In the following, I write down my experiences and a workaround of the integration of Matlab and glpkmex including GLPK.
GLPK
The GLPK (GNU Linear Programming Kit)
package is intended for solving large-scale linear programming (LP),
mixed integer programming (MIP), and other related problems. It is a set
of routines written in ANSI C and organized in the form of a callable
library.
GLPK supports the GNU MathProg modeling language, which is a subset of the AMPL language.
The GLPK package includes the following main components:
- primal and dual simplex methods
- primal-dual interior-point method
- branch-and-cut method
- translator for GNU MathProg
- application program interface (API)
- stand-alone LP/MIP solver
glpkmex
- to use GLPK through a simple matlab command, namely glpk
- to solve LP/MILP problems by defining all data and parameters in the Matlab workspace
- to save the original model on a file specified by the user with one of the formats supported by GLPK: CPLEX LP, fixed MPS, free MPS, plain text (see GLPK's reference manual for further details
Integration
Installation GLPK on Win32
After
downloading the GLPK, one can compile-it with batches within the
'glpk-4.xx\w32' directory. If 'Optimal solution found' message appears
in command line, then everything is OK.
If any problem occures, a very good instruction is available how to compile the source source on Win32.

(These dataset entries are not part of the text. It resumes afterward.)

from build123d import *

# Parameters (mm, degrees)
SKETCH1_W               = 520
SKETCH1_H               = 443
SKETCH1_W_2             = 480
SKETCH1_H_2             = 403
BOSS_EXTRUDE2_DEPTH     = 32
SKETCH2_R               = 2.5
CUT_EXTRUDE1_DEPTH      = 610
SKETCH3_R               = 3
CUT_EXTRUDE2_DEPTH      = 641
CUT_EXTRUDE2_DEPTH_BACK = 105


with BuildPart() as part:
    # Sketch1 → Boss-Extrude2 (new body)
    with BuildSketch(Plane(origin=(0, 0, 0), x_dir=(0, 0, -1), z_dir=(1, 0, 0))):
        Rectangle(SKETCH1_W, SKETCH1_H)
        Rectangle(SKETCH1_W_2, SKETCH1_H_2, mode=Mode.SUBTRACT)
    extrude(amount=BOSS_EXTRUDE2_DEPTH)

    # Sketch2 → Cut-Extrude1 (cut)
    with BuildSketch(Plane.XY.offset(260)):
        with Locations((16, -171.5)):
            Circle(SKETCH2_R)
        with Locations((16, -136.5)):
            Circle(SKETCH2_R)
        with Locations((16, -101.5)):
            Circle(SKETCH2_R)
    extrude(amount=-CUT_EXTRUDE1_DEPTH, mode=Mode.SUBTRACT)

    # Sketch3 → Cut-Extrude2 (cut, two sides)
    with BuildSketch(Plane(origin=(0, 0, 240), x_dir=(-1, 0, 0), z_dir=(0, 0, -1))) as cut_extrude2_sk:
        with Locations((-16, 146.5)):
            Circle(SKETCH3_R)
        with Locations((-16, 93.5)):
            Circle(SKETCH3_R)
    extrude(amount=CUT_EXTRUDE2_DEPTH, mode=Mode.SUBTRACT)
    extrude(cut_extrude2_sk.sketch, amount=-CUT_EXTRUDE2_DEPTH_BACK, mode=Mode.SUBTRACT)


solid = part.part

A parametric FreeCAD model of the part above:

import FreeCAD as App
import Part
import Sketcher

V = App.Vector
Q = App.Units.Quantity


def add_polygon(sketch, points):
    """Adds a closed chain of lines whose ends are joined by coincident constraints."""
    first, n = sketch.GeometryCount, len(points)
    for a, b in zip(points, points[1:] + points[:1]):
        sketch.addGeometry(Part.LineSegment(App.Vector(*a, 0), App.Vector(*b, 0)), False)
    for i in range(n):
        sketch.addConstraint(Sketcher.Constraint("Coincident", first + i, 2, first + (i + 1) % n, 1))

doc = App.newDocument("Part")
body = doc.addObject("PartDesign::Body", "Body")

sketch1 = doc.addObject("Sketcher::SketchObject", "Sketch")
body.addObject(sketch1)
sketch1.AttachmentSupport = (doc.YZ_Plane, [""])
sketch1.MapMode = "FlatFace"
add_polygon(sketch1, [(221.5, 260), (-221.5, 260), (-221.5, -260), (221.5, -260)])
add_polygon(sketch1, [(-201.5, -240), (-201.5, 240), (201.5, 240), (201.5, -240)])
sketch1.addConstraint([
    Sketcher.Constraint("Horizontal", 0),
    Sketcher.Constraint("Vertical", 1),
    Sketcher.Constraint("Horizontal", 2),
    Sketcher.Constraint("Vertical", 3),
    Sketcher.Constraint("Vertical", 4),
    Sketcher.Constraint("Horizontal", 5),
    Sketcher.Constraint("Vertical", 6),
    Sketcher.Constraint("Horizontal", 7),
    Sketcher.Constraint("Symmetric", 0, 2, 2, 2, -1, 1),
    Sketcher.Constraint("Symmetric", 4, 2, 6, 2, -1, 1),
    Sketcher.Constraint("DistanceX", 0, 2, 0, 1, Q("443 mm")),
    Sketcher.Constraint("DistanceX", 5, 1, 5, 2, Q("403 mm")),
    Sketcher.Constraint("DistanceY", 1, 2, 1, 1, Q("520 mm")),
    Sketcher.Constraint("DistanceY", 4, 1, 4, 2, Q("480 mm")),
])
pad1 = doc.addObject("PartDesign::Pad", "Pad")
body.addObject(pad1)
pad1.Profile = sketch1
pad1.Length = 32

sketch2 = doc.addObject("Sketcher::SketchObject", "Sketch001")
body.addObject(sketch2)
sketch2.AttachmentSupport = (doc.XY_Plane, [""])
sketch2.MapMode = "FlatFace"
sketch2.AttachmentOffset = App.Placement(V(0, 0, 260), App.Rotation())
sketch2.addGeometry([
    Part.Circle(V(16, -171.5, 0), V(0, 0, 1), 2.5),
    Part.Circle(V(16, -136.5, 0), V(0, 0, 1), 2.5),
    Part.Circle(V(16, -101.5, 0), V(0, 0, 1), 2.5),
], False)
sketch2.addConstraint([
    Sketcher.Constraint("Equal", 0, 1),
    Sketcher.Constraint("Equal", 1, 2),
    Sketcher.Constraint("Vertical", 0, 3, 1, 3),
    Sketcher.Constraint("Vertical", 1, 3, 2, 3),
    Sketcher.Constraint("Diameter", 0, Q("5 mm")),
    Sketcher.Constraint("DistanceX", -1, 1, 0, 3, Q("16 mm")),
    Sketcher.Constraint("DistanceY", 0, 3, 1, 3, Q("35 mm")),
    Sketcher.Constraint("DistanceY", 1, 3, 2, 3, Q("35 mm")),
    Sketcher.Constraint("DistanceY", 0, 3, -1, 1, Q("171.5 mm")),
])
pocket1 = doc.addObject("PartDesign::Pocket", "Pocket")
body.addObject(pocket1)
pocket1.Profile = sketch2
pocket1.Length = 610

sketch3 = doc.addObject("Sketcher::SketchObject", "Sketch002")
body.addObject(sketch3)
sketch3.AttachmentSupport = (doc.XY_Plane, [""])
sketch3.MapMode = "FlatFace"
sketch3.AttachmentOffset = App.Placement(V(0, 0, 240), App.Rotation())
sketch3.addGeometry([
    Part.Circle(V(16, 146.5, 0), V(0, 0, 1), 3),
    Part.Circle(V(16, 93.5, 0), V(0, 0, 1), 3),
], False)
sketch3.addConstraint([
    Sketcher.Constraint("Equal", 0, 1),
    Sketcher.Constraint("Vertical", 0, 3, 1, 3),
    Sketcher.Constraint("Diameter", 0, Q("6 mm")),
    Sketcher.Constraint("DistanceX", -1, 1, 0, 3, Q("16 mm")),
    Sketcher.Constraint("DistanceY", 1, 3, 0, 3, Q("53 mm")),
    Sketcher.Constraint("DistanceY", -1, 1, 0, 3, Q("146.5 mm")),
])
pocket2 = doc.addObject("PartDesign::Pocket", "Pocket001")
body.addObject(pocket2)
pocket2.Profile = sketch3
pocket2.Type = "ThroughAll"
pocket2.Midplane = True

doc.recompute()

It is important to use the compatible versions, because glpkmex is very sensitive to the GLPK interface.
Compiling glpkmex
Inthe glpkmex package the makeglpkmex.m file supports to compile the glpkcc.cpp
file, but it has several bugs (e.g. sensitive to spaces in directory
names, and uses slash in some cases instead of backslash) so it is
recommended to use it cautiously.
Some Experiences
After
integration I compared it with Matlab's built-in 'bintprog' function on
my sample datasets (100 decision variables) and the results were
fascinating: it solved them faster than 2 magnitudes (200-600 times
faster).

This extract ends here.